Records drawn from a dataset:
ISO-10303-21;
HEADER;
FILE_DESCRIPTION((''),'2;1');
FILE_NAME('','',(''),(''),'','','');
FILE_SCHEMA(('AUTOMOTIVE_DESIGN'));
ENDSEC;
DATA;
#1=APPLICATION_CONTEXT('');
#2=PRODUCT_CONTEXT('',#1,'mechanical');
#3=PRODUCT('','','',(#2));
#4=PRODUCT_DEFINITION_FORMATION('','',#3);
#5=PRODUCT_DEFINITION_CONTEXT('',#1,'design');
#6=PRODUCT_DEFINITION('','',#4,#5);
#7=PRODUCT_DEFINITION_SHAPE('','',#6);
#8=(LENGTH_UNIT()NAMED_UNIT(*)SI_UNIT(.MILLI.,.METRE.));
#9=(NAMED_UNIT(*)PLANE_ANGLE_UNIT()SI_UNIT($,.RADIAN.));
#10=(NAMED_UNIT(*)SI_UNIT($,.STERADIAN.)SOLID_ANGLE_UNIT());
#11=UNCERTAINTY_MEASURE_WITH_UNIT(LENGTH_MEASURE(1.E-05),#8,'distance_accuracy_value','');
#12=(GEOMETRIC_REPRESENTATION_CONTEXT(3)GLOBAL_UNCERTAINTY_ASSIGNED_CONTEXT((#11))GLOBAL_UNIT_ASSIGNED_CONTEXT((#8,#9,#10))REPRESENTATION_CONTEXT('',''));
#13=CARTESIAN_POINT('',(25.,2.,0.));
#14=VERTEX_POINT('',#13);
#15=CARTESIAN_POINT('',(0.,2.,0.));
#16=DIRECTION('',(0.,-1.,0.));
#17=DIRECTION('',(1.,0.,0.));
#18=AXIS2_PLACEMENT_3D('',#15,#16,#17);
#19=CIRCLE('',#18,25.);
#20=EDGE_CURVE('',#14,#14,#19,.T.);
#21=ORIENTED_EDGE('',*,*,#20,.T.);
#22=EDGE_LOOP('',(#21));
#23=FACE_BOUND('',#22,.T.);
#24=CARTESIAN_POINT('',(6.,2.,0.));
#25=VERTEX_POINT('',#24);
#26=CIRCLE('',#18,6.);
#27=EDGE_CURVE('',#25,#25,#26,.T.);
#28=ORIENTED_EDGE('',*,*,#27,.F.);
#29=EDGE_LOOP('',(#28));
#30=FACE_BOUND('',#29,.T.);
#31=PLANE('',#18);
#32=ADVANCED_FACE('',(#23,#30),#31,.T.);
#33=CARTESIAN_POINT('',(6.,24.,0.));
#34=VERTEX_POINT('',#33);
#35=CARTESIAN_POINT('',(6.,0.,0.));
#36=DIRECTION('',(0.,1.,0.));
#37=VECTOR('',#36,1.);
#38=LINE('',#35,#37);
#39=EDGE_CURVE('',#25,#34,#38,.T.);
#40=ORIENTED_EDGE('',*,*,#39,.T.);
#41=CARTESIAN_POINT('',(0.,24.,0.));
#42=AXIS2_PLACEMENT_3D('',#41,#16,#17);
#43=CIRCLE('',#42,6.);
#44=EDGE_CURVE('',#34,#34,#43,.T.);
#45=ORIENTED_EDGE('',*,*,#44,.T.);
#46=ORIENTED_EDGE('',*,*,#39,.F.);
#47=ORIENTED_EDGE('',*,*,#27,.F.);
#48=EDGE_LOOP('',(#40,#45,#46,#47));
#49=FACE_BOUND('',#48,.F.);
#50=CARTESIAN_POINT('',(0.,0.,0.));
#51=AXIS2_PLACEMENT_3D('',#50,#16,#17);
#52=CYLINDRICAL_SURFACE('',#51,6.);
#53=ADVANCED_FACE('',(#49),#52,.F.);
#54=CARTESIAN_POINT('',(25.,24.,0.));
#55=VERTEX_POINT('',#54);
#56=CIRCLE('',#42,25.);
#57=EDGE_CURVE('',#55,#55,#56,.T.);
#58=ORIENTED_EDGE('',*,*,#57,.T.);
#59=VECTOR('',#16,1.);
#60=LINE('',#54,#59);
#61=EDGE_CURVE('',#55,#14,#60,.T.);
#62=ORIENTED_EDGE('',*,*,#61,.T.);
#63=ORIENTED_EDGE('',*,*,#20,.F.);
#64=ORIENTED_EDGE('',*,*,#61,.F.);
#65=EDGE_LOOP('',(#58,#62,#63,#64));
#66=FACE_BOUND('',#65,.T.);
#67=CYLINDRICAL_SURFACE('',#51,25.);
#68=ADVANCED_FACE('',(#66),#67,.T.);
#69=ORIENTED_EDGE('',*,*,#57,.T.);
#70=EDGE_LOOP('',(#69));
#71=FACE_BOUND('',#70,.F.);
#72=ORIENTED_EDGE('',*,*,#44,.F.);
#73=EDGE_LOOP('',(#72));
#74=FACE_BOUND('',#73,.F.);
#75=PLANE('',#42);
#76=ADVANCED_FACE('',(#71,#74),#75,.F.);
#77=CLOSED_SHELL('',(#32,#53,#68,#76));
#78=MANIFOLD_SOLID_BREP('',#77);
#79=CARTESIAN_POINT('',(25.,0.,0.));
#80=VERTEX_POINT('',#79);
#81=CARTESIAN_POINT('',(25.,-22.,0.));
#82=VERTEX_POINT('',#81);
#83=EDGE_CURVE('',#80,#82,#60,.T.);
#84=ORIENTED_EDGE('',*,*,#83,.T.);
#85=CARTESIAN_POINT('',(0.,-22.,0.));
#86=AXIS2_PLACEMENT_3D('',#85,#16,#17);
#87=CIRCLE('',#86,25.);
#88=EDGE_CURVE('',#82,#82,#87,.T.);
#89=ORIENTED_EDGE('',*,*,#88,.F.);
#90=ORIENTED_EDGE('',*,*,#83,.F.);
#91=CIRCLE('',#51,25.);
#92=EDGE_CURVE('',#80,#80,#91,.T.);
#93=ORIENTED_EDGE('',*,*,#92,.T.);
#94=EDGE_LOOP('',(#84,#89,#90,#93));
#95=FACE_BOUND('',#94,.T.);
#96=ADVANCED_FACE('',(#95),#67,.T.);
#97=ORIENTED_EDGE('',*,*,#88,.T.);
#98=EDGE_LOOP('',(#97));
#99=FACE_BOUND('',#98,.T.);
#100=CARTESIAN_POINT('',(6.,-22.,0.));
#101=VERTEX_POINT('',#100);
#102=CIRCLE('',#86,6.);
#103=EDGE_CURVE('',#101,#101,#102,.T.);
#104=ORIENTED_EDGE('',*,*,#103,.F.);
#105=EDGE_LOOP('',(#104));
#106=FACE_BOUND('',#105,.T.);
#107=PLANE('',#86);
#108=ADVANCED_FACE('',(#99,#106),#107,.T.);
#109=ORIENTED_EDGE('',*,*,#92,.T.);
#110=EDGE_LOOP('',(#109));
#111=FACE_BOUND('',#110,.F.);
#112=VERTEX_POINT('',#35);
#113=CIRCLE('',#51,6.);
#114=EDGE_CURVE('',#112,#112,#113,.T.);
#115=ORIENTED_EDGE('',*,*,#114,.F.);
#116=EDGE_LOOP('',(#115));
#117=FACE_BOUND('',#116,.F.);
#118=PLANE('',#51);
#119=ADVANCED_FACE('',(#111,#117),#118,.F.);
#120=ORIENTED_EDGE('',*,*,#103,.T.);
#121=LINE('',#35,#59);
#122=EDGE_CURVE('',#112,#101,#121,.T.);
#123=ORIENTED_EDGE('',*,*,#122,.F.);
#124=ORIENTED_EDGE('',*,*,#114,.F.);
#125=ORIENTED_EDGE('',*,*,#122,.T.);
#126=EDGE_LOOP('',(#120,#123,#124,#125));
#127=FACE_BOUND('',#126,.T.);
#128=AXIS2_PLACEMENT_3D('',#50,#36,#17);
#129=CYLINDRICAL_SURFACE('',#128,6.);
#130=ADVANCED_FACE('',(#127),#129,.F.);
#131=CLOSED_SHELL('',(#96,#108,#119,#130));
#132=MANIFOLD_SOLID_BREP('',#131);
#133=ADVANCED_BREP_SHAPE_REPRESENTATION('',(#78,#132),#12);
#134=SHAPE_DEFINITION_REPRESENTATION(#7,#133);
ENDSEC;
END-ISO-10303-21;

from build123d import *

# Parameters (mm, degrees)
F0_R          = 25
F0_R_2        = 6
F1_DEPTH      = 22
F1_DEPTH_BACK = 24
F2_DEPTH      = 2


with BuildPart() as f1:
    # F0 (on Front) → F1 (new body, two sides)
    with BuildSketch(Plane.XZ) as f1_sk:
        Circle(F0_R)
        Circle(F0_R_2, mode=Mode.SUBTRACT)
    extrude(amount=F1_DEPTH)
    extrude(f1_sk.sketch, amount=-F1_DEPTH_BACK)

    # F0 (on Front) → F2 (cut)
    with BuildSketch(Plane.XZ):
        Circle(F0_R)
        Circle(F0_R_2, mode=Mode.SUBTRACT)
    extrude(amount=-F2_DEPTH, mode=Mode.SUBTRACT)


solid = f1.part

--

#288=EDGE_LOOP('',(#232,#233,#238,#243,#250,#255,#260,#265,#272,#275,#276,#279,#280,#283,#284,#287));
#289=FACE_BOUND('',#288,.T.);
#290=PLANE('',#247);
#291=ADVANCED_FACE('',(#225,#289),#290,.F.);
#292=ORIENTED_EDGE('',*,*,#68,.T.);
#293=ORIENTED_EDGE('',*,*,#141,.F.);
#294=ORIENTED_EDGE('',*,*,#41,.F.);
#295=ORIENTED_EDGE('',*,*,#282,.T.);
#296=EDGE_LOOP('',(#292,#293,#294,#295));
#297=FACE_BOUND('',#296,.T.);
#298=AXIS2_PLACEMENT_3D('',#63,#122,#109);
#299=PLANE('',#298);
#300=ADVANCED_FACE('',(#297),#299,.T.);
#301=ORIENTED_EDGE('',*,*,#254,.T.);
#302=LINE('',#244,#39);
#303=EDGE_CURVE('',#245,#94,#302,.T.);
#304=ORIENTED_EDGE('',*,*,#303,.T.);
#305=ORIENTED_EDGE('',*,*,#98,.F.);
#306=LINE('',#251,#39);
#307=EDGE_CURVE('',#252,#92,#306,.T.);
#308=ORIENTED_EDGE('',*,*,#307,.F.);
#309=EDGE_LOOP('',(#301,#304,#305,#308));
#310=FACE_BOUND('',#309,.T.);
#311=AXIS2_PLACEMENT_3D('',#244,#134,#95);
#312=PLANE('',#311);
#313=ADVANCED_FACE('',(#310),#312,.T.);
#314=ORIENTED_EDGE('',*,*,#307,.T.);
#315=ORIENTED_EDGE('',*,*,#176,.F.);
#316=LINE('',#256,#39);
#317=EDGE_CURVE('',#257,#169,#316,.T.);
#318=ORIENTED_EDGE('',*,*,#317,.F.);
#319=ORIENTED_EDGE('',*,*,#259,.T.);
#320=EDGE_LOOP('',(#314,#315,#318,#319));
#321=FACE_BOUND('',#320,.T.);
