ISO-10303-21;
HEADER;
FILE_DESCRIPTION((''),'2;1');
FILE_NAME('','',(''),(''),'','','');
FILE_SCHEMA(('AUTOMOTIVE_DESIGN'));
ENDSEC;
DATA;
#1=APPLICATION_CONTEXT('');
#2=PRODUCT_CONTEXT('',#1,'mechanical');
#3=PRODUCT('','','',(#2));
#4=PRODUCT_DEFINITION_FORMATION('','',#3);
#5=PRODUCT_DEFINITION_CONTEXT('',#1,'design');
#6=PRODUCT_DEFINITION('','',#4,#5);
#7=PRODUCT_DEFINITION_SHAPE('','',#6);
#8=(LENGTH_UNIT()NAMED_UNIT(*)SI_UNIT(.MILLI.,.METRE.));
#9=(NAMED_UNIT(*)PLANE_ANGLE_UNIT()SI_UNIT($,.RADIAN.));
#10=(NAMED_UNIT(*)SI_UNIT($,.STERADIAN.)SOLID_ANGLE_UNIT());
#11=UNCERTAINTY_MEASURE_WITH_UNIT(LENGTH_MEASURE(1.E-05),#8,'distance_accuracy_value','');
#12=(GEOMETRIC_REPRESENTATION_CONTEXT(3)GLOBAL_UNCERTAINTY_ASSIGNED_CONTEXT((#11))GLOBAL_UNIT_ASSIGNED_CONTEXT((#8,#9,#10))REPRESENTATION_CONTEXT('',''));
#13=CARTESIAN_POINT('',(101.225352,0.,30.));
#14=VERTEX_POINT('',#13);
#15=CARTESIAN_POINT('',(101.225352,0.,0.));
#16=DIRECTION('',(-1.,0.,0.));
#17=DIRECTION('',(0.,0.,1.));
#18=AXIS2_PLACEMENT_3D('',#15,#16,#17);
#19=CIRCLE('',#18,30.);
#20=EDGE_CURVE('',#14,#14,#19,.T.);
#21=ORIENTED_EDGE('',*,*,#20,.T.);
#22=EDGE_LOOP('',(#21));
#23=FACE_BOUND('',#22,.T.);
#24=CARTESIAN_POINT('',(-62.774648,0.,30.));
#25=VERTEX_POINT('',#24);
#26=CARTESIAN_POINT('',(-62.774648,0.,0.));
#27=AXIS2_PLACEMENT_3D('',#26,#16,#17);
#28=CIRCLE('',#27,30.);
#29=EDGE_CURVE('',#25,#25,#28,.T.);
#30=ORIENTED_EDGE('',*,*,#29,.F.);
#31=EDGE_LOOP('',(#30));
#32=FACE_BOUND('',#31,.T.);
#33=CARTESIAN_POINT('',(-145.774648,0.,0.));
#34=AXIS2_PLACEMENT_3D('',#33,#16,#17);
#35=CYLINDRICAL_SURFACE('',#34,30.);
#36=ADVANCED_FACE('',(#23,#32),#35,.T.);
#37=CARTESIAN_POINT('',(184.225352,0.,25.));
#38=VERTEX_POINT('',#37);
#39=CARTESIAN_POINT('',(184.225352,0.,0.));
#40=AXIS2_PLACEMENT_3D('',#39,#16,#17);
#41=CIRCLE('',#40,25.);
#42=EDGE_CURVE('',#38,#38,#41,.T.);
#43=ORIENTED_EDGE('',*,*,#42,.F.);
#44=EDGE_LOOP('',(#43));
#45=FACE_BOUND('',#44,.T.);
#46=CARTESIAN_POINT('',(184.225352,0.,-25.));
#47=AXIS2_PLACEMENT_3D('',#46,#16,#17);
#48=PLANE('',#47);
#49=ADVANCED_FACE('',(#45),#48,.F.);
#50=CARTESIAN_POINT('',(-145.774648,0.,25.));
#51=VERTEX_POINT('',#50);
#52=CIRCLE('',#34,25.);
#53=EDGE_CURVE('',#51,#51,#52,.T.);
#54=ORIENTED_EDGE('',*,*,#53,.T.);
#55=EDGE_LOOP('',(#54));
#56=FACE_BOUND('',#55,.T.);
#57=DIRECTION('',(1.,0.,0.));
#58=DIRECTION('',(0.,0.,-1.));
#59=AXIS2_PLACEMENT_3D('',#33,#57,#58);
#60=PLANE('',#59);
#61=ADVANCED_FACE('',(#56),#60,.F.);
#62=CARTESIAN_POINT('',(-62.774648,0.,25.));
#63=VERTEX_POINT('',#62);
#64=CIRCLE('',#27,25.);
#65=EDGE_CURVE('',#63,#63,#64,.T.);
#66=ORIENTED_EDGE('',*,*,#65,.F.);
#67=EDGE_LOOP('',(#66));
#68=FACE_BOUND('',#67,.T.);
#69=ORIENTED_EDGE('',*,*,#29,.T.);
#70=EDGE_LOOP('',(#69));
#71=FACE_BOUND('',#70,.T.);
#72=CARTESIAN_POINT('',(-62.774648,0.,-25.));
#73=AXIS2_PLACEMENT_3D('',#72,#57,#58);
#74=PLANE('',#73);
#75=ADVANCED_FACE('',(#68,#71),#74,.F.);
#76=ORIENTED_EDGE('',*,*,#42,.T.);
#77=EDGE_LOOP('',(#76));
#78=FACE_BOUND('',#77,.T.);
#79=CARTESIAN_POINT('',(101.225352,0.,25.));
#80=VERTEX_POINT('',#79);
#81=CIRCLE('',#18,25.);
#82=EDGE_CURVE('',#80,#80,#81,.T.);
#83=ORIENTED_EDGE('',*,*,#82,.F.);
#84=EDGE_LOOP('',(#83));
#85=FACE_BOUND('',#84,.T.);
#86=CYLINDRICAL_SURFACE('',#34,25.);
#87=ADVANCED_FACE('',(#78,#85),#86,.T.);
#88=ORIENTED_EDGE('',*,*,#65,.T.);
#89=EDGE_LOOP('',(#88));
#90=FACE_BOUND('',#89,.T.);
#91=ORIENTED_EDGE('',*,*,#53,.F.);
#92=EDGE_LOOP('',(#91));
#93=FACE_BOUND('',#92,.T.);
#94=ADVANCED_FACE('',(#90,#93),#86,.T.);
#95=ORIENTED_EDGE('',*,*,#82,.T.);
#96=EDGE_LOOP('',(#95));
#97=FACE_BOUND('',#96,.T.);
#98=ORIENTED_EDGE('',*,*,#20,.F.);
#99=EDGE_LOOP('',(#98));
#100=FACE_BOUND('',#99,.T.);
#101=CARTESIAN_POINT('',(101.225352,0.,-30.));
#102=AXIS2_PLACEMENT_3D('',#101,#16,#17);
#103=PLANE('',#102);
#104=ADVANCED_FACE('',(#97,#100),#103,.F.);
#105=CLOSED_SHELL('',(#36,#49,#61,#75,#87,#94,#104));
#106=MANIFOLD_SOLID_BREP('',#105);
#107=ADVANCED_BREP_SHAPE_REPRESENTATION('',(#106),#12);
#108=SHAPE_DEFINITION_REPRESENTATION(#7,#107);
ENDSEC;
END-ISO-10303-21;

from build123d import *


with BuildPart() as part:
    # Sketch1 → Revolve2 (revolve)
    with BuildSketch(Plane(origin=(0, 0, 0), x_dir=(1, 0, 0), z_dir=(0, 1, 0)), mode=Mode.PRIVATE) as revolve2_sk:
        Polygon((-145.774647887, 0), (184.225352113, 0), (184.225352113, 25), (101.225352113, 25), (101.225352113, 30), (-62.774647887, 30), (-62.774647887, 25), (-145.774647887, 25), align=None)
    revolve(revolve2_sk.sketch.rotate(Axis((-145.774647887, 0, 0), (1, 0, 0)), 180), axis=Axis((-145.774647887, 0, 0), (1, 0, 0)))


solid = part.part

TASK STATEMENT
From the data above, output only the lines between the line containing "#26=CIRCLE('',#18,6.);" and the line containing "#43=CIRCLE('',#42,6.);", inclusive, exactly as written.

EXERCISE ANSWER
#26=CIRCLE('',#18,6.);
#27=EDGE_CURVE('',#25,#25,#26,.T.);
#28=ORIENTED_EDGE('',*,*,#27,.F.);
#29=EDGE_LOOP('',(#28));
#30=FACE_BOUND('',#29,.T.);
#31=PLANE('',#18);
#32=ADVANCED_FACE('',(#23,#30),#31,.T.);
#33=CARTESIAN_POINT('',(6.,24.,0.));
#34=VERTEX_POINT('',#33);
#35=CARTESIAN_POINT('',(6.,0.,0.));
#36=DIRECTION('',(0.,1.,0.));
#37=VECTOR('',#36,1.);
#38=LINE('',#35,#37);
#39=EDGE_CURVE('',#25,#34,#38,.T.);
#40=ORIENTED_EDGE('',*,*,#39,.T.);
#41=CARTESIAN_POINT('',(0.,24.,0.));
#42=AXIS2_PLACEMENT_3D('',#41,#16,#17);
#43=CIRCLE('',#42,6.);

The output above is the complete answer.